In the entries that follow, find the line containing "FreeCAD Python script", then output exactly every line from the first through that one.

*SOURCE RECORDS*:
* * *
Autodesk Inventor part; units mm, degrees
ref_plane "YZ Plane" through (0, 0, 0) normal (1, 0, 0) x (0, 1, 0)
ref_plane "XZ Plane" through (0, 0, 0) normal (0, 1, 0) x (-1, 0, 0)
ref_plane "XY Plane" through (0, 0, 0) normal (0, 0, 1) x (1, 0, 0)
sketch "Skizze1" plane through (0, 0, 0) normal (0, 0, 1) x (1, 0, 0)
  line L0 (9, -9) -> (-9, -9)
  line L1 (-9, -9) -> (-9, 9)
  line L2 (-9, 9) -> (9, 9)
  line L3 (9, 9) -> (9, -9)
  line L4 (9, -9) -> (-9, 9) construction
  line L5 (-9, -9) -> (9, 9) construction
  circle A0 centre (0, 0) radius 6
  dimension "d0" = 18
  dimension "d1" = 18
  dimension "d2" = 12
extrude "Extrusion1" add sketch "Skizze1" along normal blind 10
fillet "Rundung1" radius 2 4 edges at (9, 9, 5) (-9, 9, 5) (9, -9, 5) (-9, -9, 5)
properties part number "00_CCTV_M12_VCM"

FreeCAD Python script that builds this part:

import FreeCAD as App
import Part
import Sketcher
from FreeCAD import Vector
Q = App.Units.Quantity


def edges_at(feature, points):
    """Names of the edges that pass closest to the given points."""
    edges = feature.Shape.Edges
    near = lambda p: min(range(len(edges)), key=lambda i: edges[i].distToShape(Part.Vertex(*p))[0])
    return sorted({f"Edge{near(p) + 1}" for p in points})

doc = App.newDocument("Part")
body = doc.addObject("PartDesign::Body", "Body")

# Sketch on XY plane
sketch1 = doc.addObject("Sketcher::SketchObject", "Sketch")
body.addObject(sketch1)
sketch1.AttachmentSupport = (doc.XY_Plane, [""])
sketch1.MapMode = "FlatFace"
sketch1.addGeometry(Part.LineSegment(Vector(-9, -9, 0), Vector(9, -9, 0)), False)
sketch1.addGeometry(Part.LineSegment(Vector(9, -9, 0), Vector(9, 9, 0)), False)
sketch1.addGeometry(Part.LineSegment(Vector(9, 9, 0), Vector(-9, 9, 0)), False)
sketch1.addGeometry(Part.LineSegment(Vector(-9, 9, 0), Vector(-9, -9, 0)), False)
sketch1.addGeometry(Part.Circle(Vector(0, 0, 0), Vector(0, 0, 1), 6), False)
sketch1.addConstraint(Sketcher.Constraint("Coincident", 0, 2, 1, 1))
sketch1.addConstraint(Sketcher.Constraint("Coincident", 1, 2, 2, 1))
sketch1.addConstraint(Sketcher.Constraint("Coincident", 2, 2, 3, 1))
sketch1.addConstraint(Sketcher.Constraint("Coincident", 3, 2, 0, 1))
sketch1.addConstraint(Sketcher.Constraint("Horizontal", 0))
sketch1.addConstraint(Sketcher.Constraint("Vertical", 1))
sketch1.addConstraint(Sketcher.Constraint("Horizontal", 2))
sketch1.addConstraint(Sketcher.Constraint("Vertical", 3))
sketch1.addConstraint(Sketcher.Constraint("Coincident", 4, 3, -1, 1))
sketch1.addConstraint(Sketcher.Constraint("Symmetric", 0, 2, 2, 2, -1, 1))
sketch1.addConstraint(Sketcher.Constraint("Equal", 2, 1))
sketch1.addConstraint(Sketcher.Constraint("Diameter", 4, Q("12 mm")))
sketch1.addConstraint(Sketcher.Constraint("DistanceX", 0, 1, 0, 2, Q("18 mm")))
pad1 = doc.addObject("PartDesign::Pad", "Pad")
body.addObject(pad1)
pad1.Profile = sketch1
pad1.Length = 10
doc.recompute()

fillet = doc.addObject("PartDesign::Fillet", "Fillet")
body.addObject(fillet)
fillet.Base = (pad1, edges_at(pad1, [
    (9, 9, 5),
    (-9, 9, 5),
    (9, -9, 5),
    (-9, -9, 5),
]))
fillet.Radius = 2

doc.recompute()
* * *
*SOLUTION FOR THIS TASK*:
Autodesk Inventor part; units mm, degrees
ref_plane "YZ Plane" through (0, 0, 0) normal (1, 0, 0) x (0, 1, 0)
ref_plane "XZ Plane" through (0, 0, 0) normal (0, 1, 0) x (-1, 0, 0)
ref_plane "XY Plane" through (0, 0, 0) normal (0, 0, 1) x (1, 0, 0)
sketch "Skizze1" plane through (0, 0, 0) normal (0, 0, 1) x (1, 0, 0)
  line L0 (9, -9) -> (-9, -9)
  line L1 (-9, -9) -> (-9, 9)
  line L2 (-9, 9) -> (9, 9)
  line L3 (9, 9) -> (9, -9)
  line L4 (9, -9) -> (-9, 9) construction
  line L5 (-9, -9) -> (9, 9) construction
  circle A0 centre (0, 0) radius 6
  dimension "d0" = 18
  dimension "d1" = 18
  dimension "d2" = 12
extrude "Extrusion1" add sketch "Skizze1" along normal blind 10
fillet "Rundung1" radius 2 4 edges at (9, 9, 5) (-9, 9, 5) (9, -9, 5) (-9, -9, 5)
properties part number "00_CCTV_M12_VCM"

FreeCAD Python script that builds this part:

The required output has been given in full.